I’m not saying don’t do it, that’s your choice; I am saying your chances of successfully building an app, making it stable, and getting it accepted into the App store by Apple are significantly reduced if you go that route. Given the price of a basic Mac Mini on Ebay, you could well end up spending more money (as well as time) trying to avoid buying a Mac than just buying a cheap one.

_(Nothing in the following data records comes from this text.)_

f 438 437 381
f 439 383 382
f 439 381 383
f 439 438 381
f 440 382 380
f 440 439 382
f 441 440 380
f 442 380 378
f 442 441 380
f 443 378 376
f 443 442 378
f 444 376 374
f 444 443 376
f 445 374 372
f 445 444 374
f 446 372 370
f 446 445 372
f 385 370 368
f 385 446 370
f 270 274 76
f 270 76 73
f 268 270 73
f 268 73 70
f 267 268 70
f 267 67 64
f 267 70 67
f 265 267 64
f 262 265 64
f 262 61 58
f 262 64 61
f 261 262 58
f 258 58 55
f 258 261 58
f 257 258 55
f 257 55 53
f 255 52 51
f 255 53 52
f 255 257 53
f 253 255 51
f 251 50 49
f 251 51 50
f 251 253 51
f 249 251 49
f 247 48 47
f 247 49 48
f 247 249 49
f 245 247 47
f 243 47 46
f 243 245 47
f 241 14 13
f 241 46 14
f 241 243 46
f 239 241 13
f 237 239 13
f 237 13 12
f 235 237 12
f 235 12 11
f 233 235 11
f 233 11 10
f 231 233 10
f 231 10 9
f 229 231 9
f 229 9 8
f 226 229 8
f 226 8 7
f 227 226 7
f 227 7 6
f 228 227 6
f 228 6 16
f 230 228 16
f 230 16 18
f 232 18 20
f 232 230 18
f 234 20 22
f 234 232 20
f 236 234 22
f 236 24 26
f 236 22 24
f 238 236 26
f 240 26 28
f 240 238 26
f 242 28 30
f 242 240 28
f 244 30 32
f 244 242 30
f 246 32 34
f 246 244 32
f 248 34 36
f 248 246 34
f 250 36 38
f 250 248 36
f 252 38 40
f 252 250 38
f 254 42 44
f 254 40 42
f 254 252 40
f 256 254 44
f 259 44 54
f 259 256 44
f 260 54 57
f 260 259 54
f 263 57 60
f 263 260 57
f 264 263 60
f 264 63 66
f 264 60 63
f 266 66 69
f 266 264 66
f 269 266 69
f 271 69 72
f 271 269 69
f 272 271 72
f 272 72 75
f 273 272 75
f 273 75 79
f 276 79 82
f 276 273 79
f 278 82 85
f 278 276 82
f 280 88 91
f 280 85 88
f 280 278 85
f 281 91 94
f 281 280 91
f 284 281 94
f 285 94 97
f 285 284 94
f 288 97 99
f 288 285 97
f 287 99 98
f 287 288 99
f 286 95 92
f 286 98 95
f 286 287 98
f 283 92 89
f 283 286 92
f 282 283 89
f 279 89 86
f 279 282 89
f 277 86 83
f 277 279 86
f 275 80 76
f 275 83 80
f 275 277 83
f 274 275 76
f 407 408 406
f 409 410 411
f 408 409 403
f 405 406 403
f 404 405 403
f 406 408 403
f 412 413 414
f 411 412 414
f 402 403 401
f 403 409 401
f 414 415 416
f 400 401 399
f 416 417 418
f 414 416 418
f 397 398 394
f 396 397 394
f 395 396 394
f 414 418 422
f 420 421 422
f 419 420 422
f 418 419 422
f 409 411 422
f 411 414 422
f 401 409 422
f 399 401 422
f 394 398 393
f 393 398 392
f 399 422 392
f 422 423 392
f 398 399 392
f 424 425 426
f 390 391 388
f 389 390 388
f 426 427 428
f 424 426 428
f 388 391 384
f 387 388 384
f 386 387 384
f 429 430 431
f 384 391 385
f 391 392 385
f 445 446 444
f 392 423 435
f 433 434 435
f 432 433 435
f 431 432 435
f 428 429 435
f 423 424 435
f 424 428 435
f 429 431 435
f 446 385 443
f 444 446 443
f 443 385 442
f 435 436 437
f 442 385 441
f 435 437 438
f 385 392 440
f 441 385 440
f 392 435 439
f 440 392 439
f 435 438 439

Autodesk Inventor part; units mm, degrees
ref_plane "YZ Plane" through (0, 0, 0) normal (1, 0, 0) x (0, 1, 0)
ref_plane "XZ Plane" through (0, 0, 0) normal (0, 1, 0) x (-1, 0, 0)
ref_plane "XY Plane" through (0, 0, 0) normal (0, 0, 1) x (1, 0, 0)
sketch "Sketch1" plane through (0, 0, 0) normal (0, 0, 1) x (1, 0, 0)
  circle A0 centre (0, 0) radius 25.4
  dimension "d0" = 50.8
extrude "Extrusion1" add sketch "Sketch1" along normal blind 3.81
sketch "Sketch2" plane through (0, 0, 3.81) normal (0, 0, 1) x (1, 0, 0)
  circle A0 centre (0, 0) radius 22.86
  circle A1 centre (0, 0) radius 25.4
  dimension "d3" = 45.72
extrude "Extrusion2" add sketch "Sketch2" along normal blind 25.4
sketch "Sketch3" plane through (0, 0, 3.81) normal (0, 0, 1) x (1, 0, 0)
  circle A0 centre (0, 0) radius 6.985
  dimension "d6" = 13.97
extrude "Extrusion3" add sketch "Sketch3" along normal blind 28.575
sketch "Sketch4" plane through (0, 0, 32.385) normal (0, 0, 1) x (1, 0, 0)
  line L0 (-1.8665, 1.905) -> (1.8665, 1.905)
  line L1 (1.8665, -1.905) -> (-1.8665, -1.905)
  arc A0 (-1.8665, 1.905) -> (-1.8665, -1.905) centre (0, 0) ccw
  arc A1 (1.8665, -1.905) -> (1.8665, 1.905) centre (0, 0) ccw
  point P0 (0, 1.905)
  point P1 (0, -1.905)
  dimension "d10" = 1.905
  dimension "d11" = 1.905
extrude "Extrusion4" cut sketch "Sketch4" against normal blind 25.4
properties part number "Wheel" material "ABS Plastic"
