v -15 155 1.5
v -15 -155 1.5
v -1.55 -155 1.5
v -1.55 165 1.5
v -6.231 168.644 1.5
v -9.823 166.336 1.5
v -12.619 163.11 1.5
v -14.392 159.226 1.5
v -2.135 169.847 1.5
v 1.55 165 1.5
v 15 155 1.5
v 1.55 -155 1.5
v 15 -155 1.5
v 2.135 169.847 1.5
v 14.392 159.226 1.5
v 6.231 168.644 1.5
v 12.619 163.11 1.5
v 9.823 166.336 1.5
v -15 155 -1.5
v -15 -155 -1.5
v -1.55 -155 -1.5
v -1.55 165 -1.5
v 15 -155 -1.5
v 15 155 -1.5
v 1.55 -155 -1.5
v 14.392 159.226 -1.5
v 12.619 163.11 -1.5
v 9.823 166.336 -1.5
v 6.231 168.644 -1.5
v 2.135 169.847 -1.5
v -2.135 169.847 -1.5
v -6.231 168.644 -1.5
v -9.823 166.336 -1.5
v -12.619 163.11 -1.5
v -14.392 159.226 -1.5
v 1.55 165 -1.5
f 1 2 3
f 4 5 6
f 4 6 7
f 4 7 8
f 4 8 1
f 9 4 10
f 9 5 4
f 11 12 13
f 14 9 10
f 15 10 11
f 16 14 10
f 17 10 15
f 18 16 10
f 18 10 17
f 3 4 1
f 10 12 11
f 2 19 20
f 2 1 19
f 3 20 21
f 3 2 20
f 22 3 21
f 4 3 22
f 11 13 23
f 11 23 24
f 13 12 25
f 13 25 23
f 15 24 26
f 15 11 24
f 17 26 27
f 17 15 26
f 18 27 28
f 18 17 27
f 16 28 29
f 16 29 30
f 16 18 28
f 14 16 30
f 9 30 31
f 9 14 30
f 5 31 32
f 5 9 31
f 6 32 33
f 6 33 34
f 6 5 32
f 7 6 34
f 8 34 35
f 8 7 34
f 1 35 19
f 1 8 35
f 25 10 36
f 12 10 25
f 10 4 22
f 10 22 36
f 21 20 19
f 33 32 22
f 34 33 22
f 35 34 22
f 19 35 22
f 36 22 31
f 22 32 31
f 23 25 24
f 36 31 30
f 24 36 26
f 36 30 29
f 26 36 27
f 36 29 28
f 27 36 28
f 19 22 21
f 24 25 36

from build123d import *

# Parameters (mm, degrees)
BOSS_EXTRUDE1_DEPTH = 1.5


with BuildPart() as part:
    # Sketch2 → Boss-Extrude1 (new body, symmetric)
    with BuildSketch(Plane.XY):
        with BuildLine():
            Line((-15.000000098, -155.000001017), (-1.550000098, -155.000001017))
            Line((-1.550000098, -155.000001017), (-1.550000098, 164.999998983))
            Line((-1.550000098, 164.999998983), (1.549999902, 164.999998983))
            Line((1.549999902, 164.999998983), (1.549999902, -155.000001017))
            Line((1.549999902, -155.000001017), (14.999999902, -155.000001017))
            Line((14.999999902, -155.000001017), (14.999999902, 154.999998983))
            ThreePointArc((14.999999902, 154.999998983), (1.936e-06, 170.000001017), (-15.000000098, 155.000003052))
            Line((-15.000000098, 155.000003052), (-15.000000098, -155.000001017))
        make_face()
    extrude(amount=BOSS_EXTRUDE1_DEPTH, both=True)


solid = part.part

The other expense you might need to lay out for is a basic ‘Intro to C’ book. There’s plenty of web offerings, but really a good ‘idiots’ book like the Dummies or Absolute Beginners should be enough and has the benefit of being reasonably likely to get you to the level of proficiency you need in the shortest amount of time. After that, you learn the rest for free (Objective-C, Cocoa, Xcode) from Apple. At the end of the process, when your app is built and you want to submit your app to the App store, you’ll have to register with Apple for a licence as an app developer and vendor; current cost $99.
Take the first step
“Sign me up”, you say, “where do I start?” The first thing to do is to sign up to Apple’s developer community: this is free (don’t confuse it with the Developer Program or Licensing, which costs $99 and which you don’t need till you’ve built an app you want to upload to the App store).

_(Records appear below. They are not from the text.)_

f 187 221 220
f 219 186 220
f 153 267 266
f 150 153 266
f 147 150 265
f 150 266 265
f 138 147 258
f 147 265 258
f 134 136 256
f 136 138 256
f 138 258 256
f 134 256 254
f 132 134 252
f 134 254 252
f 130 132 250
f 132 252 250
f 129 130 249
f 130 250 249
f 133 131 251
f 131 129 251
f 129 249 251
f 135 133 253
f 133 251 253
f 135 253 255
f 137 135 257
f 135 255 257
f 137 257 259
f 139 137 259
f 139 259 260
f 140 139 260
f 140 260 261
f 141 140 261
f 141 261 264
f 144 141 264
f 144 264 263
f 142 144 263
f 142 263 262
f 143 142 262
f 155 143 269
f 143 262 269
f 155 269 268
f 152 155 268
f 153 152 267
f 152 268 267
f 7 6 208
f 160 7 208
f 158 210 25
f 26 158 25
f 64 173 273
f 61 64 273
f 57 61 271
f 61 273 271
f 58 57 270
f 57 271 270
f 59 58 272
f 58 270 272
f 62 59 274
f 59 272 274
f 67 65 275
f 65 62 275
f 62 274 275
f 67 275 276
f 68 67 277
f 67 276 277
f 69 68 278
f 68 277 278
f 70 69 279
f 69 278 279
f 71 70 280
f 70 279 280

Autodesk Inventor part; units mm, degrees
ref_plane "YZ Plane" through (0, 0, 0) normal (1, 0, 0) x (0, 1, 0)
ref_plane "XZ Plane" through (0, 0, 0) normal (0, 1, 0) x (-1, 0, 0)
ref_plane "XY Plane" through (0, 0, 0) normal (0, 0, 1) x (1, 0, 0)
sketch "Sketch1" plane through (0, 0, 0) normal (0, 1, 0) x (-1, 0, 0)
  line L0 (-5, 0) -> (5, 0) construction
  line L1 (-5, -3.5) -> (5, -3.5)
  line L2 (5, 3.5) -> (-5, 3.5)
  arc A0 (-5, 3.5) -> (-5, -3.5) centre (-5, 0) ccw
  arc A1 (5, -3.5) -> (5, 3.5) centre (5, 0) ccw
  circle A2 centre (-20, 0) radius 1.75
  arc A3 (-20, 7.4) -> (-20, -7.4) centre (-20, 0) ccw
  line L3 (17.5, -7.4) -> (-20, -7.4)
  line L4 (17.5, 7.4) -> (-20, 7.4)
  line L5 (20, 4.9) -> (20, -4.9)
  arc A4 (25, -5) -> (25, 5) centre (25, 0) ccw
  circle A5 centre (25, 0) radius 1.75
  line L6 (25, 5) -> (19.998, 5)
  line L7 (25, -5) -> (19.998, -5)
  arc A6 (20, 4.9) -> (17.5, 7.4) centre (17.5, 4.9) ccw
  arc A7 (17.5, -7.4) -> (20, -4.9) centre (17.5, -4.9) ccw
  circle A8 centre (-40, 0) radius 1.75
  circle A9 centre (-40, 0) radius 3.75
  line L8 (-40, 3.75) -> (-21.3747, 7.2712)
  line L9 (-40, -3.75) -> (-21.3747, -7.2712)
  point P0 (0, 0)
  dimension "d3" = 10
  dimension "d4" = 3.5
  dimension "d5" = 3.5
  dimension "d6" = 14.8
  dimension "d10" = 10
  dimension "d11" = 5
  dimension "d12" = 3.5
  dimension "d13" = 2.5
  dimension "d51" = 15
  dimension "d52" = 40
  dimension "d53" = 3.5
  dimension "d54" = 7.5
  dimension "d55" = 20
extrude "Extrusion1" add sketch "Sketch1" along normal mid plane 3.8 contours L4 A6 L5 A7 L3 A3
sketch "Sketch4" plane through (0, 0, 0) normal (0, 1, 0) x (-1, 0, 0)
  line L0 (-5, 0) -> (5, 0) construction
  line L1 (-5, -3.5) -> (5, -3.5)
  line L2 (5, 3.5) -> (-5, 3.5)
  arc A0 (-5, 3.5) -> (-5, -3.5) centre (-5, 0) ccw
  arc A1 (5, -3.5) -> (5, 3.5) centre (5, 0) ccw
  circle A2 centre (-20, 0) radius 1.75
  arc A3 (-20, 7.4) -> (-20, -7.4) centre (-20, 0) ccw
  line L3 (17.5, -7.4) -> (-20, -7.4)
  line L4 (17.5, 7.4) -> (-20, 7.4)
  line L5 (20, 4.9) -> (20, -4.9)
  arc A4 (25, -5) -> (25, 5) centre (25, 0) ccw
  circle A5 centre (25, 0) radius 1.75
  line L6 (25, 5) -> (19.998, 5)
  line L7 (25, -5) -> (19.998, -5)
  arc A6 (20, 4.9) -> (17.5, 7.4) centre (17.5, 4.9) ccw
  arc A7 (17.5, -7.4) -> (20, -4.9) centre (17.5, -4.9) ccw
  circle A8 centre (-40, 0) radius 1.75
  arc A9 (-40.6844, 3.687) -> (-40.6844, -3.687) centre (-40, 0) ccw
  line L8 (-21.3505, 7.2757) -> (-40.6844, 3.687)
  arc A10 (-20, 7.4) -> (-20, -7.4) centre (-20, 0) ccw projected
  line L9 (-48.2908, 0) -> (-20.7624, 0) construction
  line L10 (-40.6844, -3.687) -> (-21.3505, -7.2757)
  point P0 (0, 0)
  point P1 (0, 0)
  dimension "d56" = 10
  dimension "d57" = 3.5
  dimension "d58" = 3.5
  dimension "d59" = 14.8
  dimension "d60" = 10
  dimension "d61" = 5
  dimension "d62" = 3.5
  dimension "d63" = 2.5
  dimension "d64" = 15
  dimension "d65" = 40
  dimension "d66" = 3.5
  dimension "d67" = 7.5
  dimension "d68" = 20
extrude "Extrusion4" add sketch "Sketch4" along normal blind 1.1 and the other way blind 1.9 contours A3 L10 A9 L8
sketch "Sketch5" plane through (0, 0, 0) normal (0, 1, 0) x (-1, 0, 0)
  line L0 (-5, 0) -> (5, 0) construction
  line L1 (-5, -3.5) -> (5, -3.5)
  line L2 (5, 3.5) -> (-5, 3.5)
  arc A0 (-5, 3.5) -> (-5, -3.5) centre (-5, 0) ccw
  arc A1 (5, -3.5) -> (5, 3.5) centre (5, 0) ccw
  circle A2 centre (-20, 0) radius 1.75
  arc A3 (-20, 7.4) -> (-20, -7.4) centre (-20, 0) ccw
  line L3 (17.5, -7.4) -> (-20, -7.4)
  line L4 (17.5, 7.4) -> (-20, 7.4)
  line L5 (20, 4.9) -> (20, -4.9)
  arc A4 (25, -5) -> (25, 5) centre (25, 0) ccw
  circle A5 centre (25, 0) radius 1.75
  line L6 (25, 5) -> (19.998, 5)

Once you’re in the Developer Community, download Xcode 4, Apple’s development environment (a different thing from a programming environment, but don’t worry, you’ll get the hang of all this terminology easily enough once you start reading the docs). This is a 4GB monster of a program – bigger than your average operating system, so make sure you have the space – and it is also free. Xcode comes with free iPhone and iPad simulators and in itself, this is a piece of software that’s probably worth a couple of thousand dollars. So smile: you’re already making a profit even though you bought that Mac Mini! This is also the reason why you don’t need, and in fact can’t use, your own iPad or iPhone to test your apps: everything has to be done in Xcode, and this monster app only runs on Mac OS X.
Once you’ve downloaded Xcode, you can play around with it if you want, but unless you’ve worked with an IDE (integrated development environment) before, it’s pretty complicated, so it’s best to wait till you work through the tutorials. It’s not the kind of software you can learn through serendipitous exploration.

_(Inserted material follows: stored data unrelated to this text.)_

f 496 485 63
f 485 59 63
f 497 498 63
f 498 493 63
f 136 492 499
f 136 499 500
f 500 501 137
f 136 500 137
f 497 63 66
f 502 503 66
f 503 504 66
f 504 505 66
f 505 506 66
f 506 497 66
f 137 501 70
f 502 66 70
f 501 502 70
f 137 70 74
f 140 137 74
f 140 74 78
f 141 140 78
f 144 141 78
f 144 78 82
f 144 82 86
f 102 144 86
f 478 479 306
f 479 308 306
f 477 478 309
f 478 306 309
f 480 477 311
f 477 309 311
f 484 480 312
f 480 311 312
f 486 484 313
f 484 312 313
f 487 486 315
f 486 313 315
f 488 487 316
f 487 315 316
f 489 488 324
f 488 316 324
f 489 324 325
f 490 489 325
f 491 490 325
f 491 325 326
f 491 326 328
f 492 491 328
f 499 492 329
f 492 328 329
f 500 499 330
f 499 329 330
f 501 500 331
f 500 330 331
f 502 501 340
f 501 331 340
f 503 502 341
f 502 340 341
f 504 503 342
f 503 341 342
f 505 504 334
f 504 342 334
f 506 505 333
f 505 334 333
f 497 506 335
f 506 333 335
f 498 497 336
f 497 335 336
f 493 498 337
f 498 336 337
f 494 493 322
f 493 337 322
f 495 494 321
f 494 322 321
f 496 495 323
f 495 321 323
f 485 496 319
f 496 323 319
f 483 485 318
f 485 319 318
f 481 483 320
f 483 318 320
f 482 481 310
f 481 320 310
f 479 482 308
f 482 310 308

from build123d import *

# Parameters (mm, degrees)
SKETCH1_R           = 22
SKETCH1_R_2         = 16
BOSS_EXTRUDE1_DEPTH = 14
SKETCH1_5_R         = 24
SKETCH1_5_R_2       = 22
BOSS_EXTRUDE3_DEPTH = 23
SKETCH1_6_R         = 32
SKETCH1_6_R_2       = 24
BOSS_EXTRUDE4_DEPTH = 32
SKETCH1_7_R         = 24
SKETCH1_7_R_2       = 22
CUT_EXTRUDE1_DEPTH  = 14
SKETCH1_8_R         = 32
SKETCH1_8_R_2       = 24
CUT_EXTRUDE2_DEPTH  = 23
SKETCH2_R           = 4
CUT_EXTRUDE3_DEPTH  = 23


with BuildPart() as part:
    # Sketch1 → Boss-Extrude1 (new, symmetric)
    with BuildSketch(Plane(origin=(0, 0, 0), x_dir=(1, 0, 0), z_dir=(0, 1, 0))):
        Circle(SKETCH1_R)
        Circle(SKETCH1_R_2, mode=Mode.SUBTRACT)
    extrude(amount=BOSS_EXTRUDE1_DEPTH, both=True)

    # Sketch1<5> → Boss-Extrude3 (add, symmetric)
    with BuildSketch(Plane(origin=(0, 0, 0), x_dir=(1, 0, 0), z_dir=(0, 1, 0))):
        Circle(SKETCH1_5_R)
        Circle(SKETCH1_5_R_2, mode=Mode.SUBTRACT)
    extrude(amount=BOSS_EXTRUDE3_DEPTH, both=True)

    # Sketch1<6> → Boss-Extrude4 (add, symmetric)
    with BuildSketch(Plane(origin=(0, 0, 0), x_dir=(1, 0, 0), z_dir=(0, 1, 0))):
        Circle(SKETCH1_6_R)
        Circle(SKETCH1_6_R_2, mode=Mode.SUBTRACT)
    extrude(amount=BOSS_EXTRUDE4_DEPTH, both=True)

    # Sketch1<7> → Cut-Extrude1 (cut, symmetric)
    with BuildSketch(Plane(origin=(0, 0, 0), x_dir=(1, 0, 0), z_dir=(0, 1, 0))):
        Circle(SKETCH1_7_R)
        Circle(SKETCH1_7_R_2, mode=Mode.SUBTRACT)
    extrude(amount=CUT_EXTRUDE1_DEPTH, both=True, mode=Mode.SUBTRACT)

Instead, go to the documentation resources and start with the tutorial Your First Mac Application.
By the time you get through this, you’re going to realise why you need to learn Ansi C, Objective-C and Cocoa. So put Xcode away for now, and start on the path of learning to speak Apple’s language. When you get there, just add 1 great idea + 1 great marketing strategy, and you’re on your way to California!
The short guide:
1. Get a Mac
2. Learn C, learn Objective-C, learn Cocoa, learn Xcode
3. Come up with an idea for a great app and plan it out carefully
4. Build and test your app
5. Pay the licensing fee and submit your app to Apple
6. Once it’s been through the review process and accepted, implement your marketing strategy
7. Watch the millions role in and retire.